--- Listed entries Enclosed Below ---

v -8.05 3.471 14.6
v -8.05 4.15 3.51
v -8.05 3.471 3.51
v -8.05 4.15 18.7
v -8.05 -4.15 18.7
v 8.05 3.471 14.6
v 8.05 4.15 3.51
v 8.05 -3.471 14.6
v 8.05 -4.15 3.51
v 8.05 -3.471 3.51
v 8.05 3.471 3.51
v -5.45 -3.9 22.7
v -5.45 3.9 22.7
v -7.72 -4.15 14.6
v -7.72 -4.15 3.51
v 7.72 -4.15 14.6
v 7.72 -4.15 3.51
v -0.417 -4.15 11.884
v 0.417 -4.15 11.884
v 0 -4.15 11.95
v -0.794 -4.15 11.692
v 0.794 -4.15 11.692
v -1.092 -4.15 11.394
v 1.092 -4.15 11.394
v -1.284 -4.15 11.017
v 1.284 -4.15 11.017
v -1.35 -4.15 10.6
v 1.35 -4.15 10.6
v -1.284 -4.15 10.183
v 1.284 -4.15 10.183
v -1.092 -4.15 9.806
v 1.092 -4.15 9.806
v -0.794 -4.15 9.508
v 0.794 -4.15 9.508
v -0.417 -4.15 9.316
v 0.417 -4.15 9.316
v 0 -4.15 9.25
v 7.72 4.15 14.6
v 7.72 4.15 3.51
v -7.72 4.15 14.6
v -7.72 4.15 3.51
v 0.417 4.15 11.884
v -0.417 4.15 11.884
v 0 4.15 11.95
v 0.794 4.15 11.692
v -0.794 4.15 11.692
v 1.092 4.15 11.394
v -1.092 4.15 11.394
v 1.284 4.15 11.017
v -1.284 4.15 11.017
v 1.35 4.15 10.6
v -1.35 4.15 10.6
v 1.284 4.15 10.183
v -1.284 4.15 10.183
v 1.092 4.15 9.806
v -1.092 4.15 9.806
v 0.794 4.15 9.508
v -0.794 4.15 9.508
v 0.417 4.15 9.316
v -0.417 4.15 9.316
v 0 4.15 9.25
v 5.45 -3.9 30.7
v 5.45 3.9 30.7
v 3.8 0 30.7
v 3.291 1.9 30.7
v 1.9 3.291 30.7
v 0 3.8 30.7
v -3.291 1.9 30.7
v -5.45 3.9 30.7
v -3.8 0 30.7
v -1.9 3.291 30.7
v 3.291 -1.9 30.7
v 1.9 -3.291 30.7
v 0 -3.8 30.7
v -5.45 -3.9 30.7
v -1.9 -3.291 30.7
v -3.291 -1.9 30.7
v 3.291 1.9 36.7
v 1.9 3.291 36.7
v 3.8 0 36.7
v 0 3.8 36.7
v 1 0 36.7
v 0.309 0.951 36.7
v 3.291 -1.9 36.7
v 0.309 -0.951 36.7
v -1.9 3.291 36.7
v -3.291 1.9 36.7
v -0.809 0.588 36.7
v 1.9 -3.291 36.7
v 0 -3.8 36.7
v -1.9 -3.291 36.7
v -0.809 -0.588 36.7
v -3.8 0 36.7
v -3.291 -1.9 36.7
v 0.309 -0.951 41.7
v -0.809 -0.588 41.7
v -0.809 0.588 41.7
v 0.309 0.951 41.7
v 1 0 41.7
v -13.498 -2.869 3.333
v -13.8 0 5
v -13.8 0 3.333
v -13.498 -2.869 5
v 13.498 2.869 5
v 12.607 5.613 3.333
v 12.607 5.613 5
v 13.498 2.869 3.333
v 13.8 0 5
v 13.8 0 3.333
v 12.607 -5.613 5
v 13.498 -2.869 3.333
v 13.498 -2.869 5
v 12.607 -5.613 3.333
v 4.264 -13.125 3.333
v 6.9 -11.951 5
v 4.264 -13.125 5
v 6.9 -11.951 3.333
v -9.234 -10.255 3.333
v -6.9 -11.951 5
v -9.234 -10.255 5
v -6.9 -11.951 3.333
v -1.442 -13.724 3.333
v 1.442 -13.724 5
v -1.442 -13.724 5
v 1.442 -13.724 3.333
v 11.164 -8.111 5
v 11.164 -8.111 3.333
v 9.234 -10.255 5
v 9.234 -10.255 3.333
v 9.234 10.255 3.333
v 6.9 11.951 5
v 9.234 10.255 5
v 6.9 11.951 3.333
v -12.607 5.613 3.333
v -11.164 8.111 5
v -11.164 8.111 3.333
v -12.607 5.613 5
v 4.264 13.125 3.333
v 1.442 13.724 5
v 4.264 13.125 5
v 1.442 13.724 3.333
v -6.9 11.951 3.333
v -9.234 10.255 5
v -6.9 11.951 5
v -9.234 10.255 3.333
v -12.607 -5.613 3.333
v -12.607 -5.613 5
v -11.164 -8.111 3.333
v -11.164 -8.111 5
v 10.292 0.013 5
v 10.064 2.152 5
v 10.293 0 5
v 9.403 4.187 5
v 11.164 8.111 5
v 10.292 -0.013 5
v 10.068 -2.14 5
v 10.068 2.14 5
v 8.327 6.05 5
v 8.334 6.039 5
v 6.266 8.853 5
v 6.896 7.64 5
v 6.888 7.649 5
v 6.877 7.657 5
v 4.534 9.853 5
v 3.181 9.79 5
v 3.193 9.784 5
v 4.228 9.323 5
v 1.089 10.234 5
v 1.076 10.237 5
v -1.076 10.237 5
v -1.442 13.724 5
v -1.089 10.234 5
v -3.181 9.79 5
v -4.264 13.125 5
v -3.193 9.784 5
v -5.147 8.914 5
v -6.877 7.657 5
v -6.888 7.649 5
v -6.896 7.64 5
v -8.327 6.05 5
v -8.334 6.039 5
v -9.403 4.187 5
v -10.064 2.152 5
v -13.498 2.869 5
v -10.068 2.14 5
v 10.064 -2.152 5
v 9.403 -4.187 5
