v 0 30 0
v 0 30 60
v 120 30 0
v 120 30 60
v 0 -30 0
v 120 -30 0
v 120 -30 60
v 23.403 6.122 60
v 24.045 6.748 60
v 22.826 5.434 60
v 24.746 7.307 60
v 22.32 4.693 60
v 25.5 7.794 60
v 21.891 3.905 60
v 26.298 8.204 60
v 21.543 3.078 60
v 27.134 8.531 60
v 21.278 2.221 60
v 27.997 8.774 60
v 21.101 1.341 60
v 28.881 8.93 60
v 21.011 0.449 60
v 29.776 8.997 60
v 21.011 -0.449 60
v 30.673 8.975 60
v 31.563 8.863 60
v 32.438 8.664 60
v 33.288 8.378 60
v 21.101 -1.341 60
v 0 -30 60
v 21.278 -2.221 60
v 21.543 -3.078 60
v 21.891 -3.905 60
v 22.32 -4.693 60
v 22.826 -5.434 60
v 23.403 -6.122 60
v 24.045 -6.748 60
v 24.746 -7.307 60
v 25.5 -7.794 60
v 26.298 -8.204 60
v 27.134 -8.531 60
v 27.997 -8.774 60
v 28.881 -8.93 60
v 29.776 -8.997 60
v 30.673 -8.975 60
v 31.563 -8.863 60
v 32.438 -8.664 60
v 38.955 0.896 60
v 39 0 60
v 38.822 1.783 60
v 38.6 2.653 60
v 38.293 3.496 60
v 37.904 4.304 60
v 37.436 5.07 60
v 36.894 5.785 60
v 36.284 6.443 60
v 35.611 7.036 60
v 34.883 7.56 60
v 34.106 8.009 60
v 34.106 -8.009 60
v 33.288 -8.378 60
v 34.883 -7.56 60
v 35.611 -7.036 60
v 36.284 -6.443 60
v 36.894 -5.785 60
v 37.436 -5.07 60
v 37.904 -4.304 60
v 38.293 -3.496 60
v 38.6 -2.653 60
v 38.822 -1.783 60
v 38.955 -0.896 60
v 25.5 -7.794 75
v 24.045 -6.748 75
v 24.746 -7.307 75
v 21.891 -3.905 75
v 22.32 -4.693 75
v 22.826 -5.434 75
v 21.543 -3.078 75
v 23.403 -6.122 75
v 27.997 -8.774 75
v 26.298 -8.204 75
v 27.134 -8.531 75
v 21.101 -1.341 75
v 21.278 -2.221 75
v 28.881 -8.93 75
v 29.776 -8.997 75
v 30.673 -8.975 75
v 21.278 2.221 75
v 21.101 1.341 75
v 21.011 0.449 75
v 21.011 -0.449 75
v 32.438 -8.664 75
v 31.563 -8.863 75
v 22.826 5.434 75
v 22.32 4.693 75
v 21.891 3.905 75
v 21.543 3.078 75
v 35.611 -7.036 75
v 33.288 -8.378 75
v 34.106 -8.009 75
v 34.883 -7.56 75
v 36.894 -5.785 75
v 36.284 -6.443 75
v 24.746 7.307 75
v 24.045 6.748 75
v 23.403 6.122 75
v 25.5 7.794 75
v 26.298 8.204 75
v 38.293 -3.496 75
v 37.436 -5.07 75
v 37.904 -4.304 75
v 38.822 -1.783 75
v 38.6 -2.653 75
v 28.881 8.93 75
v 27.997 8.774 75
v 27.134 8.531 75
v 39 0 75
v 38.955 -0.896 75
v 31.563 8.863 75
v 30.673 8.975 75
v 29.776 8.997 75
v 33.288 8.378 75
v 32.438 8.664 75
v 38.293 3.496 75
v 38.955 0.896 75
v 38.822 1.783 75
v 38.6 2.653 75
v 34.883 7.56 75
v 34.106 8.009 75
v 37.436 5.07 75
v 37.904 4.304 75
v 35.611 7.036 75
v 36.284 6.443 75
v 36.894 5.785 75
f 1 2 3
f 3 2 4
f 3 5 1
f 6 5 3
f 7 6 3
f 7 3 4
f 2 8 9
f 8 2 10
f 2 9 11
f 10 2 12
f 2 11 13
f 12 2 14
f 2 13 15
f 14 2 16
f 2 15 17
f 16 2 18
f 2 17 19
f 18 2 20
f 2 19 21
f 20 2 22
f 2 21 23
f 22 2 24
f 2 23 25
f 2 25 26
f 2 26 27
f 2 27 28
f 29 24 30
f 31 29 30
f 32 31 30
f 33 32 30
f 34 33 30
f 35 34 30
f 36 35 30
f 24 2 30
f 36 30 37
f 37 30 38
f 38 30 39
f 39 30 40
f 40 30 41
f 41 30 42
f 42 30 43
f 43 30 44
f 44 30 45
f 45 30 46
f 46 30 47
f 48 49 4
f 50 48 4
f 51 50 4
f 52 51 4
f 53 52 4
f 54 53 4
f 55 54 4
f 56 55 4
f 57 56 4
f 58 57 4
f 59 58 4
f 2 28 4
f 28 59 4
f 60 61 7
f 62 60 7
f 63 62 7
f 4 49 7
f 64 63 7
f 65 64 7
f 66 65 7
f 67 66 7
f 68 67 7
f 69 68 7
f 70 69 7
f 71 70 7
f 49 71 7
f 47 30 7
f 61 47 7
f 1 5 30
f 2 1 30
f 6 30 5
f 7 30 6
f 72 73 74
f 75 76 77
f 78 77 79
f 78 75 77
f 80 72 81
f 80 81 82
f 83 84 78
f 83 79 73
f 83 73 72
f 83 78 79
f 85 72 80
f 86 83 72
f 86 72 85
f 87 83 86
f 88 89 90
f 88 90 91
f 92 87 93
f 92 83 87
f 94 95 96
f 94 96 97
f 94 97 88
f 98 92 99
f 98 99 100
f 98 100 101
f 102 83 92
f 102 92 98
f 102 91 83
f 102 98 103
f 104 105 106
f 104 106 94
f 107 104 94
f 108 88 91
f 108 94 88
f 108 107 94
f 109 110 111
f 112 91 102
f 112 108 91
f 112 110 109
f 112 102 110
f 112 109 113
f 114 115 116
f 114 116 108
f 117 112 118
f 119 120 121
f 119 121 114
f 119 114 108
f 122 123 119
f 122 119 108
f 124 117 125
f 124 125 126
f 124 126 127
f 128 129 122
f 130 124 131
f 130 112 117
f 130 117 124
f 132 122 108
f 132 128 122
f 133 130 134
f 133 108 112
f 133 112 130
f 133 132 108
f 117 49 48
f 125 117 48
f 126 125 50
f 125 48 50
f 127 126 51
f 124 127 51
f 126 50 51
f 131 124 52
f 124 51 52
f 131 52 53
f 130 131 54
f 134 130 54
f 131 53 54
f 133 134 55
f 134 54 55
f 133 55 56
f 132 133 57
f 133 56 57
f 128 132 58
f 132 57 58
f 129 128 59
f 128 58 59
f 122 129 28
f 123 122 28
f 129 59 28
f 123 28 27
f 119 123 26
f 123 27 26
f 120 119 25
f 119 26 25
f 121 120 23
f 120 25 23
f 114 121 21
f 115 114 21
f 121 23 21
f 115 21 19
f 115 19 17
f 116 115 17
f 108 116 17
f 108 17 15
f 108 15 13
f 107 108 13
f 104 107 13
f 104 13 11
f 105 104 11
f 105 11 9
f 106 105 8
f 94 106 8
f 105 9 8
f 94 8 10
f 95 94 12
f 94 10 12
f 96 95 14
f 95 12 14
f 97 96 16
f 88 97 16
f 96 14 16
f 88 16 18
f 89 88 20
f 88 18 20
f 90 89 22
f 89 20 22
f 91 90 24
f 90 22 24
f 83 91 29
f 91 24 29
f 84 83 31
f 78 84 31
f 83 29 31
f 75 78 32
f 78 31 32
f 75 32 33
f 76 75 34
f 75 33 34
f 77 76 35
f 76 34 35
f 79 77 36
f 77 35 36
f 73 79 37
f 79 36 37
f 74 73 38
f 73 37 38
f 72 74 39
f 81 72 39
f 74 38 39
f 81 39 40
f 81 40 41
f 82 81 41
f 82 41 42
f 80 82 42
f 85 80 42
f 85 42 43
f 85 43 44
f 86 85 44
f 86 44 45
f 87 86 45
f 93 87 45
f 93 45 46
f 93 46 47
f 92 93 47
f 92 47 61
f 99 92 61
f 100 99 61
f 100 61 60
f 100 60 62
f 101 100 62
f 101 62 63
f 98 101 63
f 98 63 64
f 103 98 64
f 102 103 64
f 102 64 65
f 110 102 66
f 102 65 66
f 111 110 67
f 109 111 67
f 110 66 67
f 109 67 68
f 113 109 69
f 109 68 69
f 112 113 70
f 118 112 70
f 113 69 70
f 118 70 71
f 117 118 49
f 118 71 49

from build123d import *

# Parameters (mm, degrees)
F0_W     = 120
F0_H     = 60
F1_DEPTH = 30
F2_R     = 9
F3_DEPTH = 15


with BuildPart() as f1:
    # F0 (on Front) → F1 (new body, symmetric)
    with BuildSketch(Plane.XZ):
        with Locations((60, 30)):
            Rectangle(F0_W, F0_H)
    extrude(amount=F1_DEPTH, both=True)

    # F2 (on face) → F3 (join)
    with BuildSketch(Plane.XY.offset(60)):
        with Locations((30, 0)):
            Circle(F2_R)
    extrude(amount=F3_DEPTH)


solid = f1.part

--- End of Enclosed Listed entries ---

Task brief - The entries above hold a line with "v -0.417 -4.15 9.316" and a later line with "v -3.291 -1.9 36.7". Write out exactly those lines and all lines between, nothing more.

Answer -
v -0.417 -4.15 9.316
v 0.417 -4.15 9.316
v 0 -4.15 9.25
v 7.72 4.15 14.6
v 7.72 4.15 3.51
v -7.72 4.15 14.6
v -7.72 4.15 3.51
v 0.417 4.15 11.884
v -0.417 4.15 11.884
v 0 4.15 11.95
v 0.794 4.15 11.692
v -0.794 4.15 11.692
v 1.092 4.15 11.394
v -1.092 4.15 11.394
v 1.284 4.15 11.017
v -1.284 4.15 11.017
v 1.35 4.15 10.6
v -1.35 4.15 10.6
v 1.284 4.15 10.183
v -1.284 4.15 10.183
v 1.092 4.15 9.806
v -1.092 4.15 9.806
v 0.794 4.15 9.508
v -0.794 4.15 9.508
v 0.417 4.15 9.316
v -0.417 4.15 9.316
v 0 4.15 9.25
v 5.45 -3.9 30.7
v 5.45 3.9 30.7
v 3.8 0 30.7
v 3.291 1.9 30.7
v 1.9 3.291 30.7
v 0 3.8 30.7
v -3.291 1.9 30.7
v -5.45 3.9 30.7
v -3.8 0 30.7
v -1.9 3.291 30.7
v 3.291 -1.9 30.7
v 1.9 -3.291 30.7
v 0 -3.8 30.7
v -5.45 -3.9 30.7
v -1.9 -3.291 30.7
v -3.291 -1.9 30.7
v 3.291 1.9 36.7
v 1.9 3.291 36.7
v 3.8 0 36.7
v 0 3.8 36.7
v 1 0 36.7
v 0.309 0.951 36.7
v 3.291 -1.9 36.7
v 0.309 -0.951 36.7
v -1.9 3.291 36.7
v -3.291 1.9 36.7
v -0.809 0.588 36.7
v 1.9 -3.291 36.7
v 0 -3.8 36.7
v -1.9 -3.291 36.7
v -0.809 -0.588 36.7
v -3.8 0 36.7
v -3.291 -1.9 36.7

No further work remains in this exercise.